A quick blog post as I’ve been recently setting up a server with KVM and docker. If you’re using a bridge interface to have your VMs talk to your network, you might notice that after a docker installation, your VMs have suddenly no connection. So what is going on?
It turns out, docker adds a bunch of
iptables rules by default which prevent communication. These will interfere with an already existing bridge, and suddenly your VMs will report no network. There are two ways to solve it:
- Add a new rule for your bridge.
- Stop docker from adding iptables rules.
I’m assuming Ubuntu 17.04 for the commands below; they should be similar on any Debian based system.
Solution 1: Add a new rule
In my case, my bridge is called
br0. docker changes the default for
FORWARD from accept to drop, and adds a few exceptions for itself.
Adding a new forward rule for
br0 will allow your bridge (and the
devices) behind it to get back into your network and not get dropped:
iptables -A FORWARD -i br0 -o br0 -j ACCEPT
Unfortunately, this won’t be persistent – you’ll need the
iptables-persistent package on Linux to make it persistent, plus some extra setup.

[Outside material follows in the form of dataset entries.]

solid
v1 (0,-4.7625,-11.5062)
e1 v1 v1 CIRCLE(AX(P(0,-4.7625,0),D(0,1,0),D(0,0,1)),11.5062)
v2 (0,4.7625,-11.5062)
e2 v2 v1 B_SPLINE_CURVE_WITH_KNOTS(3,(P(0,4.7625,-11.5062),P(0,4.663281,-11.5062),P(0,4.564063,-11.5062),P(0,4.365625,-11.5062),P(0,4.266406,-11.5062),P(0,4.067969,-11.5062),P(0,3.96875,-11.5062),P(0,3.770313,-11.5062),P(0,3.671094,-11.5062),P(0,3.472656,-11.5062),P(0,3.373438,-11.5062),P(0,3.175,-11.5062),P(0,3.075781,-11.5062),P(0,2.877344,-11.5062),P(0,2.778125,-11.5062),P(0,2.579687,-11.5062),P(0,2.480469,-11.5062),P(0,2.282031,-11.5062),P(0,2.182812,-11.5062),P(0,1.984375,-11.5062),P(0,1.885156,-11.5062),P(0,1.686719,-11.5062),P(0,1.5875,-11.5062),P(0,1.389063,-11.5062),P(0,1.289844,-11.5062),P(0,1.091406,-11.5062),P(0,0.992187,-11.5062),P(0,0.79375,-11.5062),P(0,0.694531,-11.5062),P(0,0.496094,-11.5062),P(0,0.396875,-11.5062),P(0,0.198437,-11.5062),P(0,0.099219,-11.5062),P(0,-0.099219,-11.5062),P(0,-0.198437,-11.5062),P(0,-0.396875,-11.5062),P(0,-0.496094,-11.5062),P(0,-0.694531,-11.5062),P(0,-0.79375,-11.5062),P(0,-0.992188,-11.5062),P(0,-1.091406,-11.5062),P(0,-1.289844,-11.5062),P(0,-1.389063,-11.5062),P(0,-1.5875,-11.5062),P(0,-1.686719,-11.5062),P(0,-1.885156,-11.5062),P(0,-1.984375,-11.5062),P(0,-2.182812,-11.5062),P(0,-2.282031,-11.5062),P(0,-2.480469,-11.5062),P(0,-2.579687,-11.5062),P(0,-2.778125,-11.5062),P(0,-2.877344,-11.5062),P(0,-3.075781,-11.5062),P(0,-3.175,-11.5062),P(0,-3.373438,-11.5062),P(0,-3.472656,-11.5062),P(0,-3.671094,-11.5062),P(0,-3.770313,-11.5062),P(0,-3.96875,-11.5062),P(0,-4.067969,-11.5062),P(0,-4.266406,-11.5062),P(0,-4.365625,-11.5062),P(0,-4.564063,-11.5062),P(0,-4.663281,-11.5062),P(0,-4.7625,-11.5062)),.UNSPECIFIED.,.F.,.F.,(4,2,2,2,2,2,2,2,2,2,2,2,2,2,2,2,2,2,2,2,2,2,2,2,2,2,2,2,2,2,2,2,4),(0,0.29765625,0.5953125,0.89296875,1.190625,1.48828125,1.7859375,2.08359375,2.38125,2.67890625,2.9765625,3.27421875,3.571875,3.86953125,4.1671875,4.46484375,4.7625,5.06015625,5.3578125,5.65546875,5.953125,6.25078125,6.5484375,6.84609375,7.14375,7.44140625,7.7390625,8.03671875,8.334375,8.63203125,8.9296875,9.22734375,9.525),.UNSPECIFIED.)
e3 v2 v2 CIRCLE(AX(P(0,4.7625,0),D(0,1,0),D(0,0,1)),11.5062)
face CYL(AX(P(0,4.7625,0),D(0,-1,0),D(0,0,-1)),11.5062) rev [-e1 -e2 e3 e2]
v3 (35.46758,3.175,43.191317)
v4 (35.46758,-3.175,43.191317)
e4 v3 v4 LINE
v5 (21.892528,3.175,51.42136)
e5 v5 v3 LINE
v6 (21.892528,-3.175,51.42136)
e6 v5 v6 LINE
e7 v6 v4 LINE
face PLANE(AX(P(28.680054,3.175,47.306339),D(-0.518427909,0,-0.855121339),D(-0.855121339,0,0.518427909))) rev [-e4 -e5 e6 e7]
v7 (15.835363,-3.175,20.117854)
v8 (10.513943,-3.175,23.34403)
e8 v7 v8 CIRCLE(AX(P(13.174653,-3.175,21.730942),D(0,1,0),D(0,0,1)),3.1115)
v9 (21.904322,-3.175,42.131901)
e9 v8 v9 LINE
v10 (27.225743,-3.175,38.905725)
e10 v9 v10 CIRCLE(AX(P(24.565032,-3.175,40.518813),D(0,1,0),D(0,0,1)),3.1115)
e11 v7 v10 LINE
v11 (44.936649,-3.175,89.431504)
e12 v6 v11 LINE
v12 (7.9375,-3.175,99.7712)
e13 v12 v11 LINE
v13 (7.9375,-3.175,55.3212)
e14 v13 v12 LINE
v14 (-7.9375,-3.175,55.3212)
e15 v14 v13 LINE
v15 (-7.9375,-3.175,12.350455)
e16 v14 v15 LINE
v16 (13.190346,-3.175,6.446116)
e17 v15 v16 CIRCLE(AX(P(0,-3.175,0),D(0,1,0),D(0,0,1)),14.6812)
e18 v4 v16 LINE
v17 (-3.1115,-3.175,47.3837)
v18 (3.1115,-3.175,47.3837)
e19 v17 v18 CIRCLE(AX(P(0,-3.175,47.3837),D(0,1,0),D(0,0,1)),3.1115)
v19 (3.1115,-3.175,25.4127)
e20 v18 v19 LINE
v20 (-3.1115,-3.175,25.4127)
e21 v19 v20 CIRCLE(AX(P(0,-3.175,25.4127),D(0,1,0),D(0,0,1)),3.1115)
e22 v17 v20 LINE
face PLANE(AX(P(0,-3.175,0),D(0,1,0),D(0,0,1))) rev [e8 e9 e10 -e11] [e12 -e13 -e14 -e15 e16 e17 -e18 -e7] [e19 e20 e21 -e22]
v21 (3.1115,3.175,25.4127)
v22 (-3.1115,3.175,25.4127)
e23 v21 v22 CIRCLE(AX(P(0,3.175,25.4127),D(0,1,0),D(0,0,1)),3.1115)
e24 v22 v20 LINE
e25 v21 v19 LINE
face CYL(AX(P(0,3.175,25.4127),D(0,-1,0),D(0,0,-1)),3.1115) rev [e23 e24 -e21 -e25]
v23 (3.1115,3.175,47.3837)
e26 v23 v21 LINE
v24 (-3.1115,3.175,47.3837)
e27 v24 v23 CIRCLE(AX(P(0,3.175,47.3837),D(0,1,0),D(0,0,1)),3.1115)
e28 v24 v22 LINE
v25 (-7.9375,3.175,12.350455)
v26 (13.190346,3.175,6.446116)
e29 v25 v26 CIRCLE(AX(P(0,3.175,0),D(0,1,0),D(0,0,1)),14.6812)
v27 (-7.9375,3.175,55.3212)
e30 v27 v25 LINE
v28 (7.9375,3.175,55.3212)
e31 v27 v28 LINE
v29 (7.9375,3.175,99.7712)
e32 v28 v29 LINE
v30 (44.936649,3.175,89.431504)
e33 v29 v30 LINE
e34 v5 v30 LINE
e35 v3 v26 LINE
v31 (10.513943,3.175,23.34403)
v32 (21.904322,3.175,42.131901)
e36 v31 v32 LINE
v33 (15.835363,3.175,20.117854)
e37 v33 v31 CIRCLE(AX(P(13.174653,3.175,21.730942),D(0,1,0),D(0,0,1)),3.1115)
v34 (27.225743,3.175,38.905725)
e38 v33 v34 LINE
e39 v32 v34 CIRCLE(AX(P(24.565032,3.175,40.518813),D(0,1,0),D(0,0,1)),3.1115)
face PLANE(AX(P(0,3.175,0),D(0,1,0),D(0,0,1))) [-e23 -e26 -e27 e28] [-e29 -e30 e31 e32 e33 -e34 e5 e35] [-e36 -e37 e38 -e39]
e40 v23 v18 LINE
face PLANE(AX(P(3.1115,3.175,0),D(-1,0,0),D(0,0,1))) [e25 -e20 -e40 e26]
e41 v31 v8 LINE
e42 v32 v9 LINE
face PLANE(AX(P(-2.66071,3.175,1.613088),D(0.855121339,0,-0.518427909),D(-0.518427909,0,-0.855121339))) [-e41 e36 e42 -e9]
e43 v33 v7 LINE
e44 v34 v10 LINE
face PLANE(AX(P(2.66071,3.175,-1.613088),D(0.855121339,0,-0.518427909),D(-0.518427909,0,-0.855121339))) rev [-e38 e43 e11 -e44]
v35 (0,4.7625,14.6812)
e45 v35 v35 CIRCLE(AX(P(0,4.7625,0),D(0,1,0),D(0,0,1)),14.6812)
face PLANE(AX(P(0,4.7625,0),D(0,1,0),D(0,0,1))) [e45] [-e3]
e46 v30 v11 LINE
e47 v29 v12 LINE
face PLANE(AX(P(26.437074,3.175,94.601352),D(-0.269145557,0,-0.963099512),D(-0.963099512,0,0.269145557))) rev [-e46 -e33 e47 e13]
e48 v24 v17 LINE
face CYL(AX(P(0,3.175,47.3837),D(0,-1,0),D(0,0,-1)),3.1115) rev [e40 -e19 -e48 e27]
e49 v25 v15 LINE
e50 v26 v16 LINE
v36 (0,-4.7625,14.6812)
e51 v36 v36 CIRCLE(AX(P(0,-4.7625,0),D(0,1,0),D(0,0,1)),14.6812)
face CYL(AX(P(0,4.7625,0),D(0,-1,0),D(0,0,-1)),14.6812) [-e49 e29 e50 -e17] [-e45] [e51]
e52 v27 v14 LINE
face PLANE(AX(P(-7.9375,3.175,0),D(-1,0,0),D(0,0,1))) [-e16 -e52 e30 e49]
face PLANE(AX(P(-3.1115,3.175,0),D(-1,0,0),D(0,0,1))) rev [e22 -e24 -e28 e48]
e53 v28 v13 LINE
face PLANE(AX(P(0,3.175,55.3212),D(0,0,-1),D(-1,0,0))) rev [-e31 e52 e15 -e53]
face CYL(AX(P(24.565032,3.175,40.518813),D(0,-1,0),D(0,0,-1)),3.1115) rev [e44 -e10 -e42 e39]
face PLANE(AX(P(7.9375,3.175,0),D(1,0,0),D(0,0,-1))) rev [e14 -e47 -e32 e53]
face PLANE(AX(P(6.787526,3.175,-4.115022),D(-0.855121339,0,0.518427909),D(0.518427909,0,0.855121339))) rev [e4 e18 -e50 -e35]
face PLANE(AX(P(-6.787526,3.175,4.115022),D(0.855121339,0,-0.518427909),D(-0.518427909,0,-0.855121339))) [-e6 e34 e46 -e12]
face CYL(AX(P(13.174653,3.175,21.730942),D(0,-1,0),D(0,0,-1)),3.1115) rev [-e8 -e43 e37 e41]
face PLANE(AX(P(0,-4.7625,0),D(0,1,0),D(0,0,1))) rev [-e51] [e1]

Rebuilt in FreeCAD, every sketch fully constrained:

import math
import FreeCAD as App
import Part
import Sketcher

V = App.Vector
Q = App.Units.Quantity

doc = App.newDocument("Part")
body = doc.addObject("PartDesign::Body", "Body")

# Sketch on XZ plane
sketch1 = body.newObject("Sketcher::SketchObject", "Sketch")
sketch1.AttachmentSupport = (doc.getObject("XZ_Plane"), [""])
sketch1.MapMode = "FlatFace"
sketch1.addGeometry([
    Part.Circle(V(0, 0, 0), V(0, 0, 1), 15),
    Part.Circle(V(0, 0, 0), V(0, 0, 1), 12),
], False)
sketch1.addConstraint([
    Sketcher.Constraint("Coincident", 0, 3, -1, 1),
    Sketcher.Constraint("Coincident", 1, 3, -1, 1),
    Sketcher.Constraint("Diameter", 0, Q("1.156 in")),
    Sketcher.Constraint("Diameter", 1, Q("0.906 in")),
])
pad1 = body.newObject("PartDesign::Pad", "Pad")
pad1.Profile = sketch1
pad1.Length = Q("0.375 in")
pad1.Midplane = True

# Sketch on XZ plane
sketch2 = body.newObject("Sketcher::SketchObject", "Sketch001")
sketch2.AttachmentSupport = (doc.getObject("XZ_Plane"), [""])
sketch2.MapMode = "FlatFace"
sketch2.addGeometry([
    Part.LineSegment(V(-7.9375, 12.350455, 0), V(-7.9375, 55.3212, 0)),  # 0
    Part.LineSegment(V(-7.9375, 55.3212, 0), V(7.9375, 55.3212, 0)),  # 1
    Part.LineSegment(V(7.9375, 55.3212, 0), V(7.9375, 99.7712, 0)),  # 2
    Part.LineSegment(V(7.9375, 99.7712, 0), V(44.936649, 89.431504, 0)),  # 3
    Part.LineSegment(V(44.936649, 89.431504, 0), V(21.892528, 51.42136, 0)),  # 4
    Part.LineSegment(V(21.892528, 51.42136, 0), V(28.680054, 47.306339, 0)),  # 5
    Part.LineSegment(V(28.680054, 47.306339, 0), V(35.46758, 43.191317, 0)),  # 6
    Part.LineSegment(V(35.46758, 43.191317, 0), V(13.190346, 6.446116, 0)),  # 7
    Part.ArcOfCircle(Part.Circle(V(0, 0, 0), V(0, 0, 1), 14.6812), math.radians(26.044738), math.radians(122.728405)),  # 8
    Part.LineSegment(V(3.1115, 25.4127, 0), V(3.1115, 47.3837, 0)),  # 9
    Part.ArcOfCircle(Part.Circle(V(0, 47.3837, 0), V(0, 0, 1), 3.1115), math.radians(0), math.radians(180)),  # 10
    Part.LineSegment(V(-3.1115, 47.3837, 0), V(-3.1115, 25.4127, 0)),  # 11
    Part.ArcOfCircle(Part.Circle(V(0, 25.4127, 0), V(0, 0, 1), 3.1115), math.radians(180), math.radians(360)),  # 12
    Part.LineSegment(V(15.835363, 20.117854, 0), V(27.225743, 38.905725, 0)),  # 13
    Part.ArcOfCircle(Part.Circle(V(24.565032, 40.518813, 0), V(0, 0, 1), 3.1115), math.radians(-31.226858), math.radians(58.773142)),  # 14
    Part.ArcOfCircle(Part.Circle(V(24.565032, 40.518813, 0), V(0, 0, 1), 3.1115), math.radians(58.773142), math.radians(148.773142)),  # 15
    Part.LineSegment(V(21.904322, 42.131901, 0), V(10.513943, 23.34403, 0)),  # 16
    Part.ArcOfCircle(Part.Circle(V(13.174653, 21.730942, 0), V(0, 0, 1), 3.1115), math.radians(148.773142), math.radians(328.773142)),  # 17
], False)
sketch2.addConstraint([
    Sketcher.Constraint("Coincident", 0, 2, 1, 1),
    Sketcher.Constraint("Coincident", 1, 2, 2, 1),
    Sketcher.Constraint("Coincident", 2, 2, 3, 1),
    Sketcher.Constraint("Coincident", 3, 2, 4, 1),
    Sketcher.Constraint("Coincident", 4, 2, 5, 1),
    Sketcher.Constraint("Coincident", 5, 2, 6, 1),
    Sketcher.Constraint("Coincident", 6, 2, 7, 1),
    Sketcher.Constraint("Coincident", 7, 2, 8, 1),
    Sketcher.Constraint("Coincident", 8, 2, 0, 1),
    Sketcher.Constraint("Coincident", 9, 2, 10, 1),
    Sketcher.Constraint("Coincident", 10, 2, 11, 1),
    Sketcher.Constraint("Coincident", 11, 2, 12, 1),
    Sketcher.Constraint("Coincident", 12, 2, 9, 1),
    Sketcher.Constraint("Coincident", 13, 2, 14, 1),
    Sketcher.Constraint("Coincident", 14, 2, 15, 1),
    Sketcher.Constraint("Coincident", 15, 2, 16, 1),
    Sketcher.Constraint("Coincident", 16, 2, 17, 1),
    Sketcher.Constraint("Coincident", 17, 2, 13, 1),
    Sketcher.Constraint("Vertical", 0),
    Sketcher.Constraint("Horizontal", 1),
    Sketcher.Constraint("Vertical", 2),
    Sketcher.Constraint("Vertical", 9),
    Sketcher.Constraint("Vertical", 11),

It’s good for a quick test though! (Source)
Solution 2: Stop docker
In my case, the server is not on the public internet, and I’ve got no need for the extra security. It turns out that the docker service adds the rules on startup, unless
--iptables=false is used. This can be either added to the default docker configuration, or, slightly cleaner in my opinion, to the
daemon.json configuration file (see the documentation for all options). Create a file
/etc/docker/daemon.json with the following contents:
"iptables" : false
That’ll stop docker from adding new rules, and everything will work as it did before.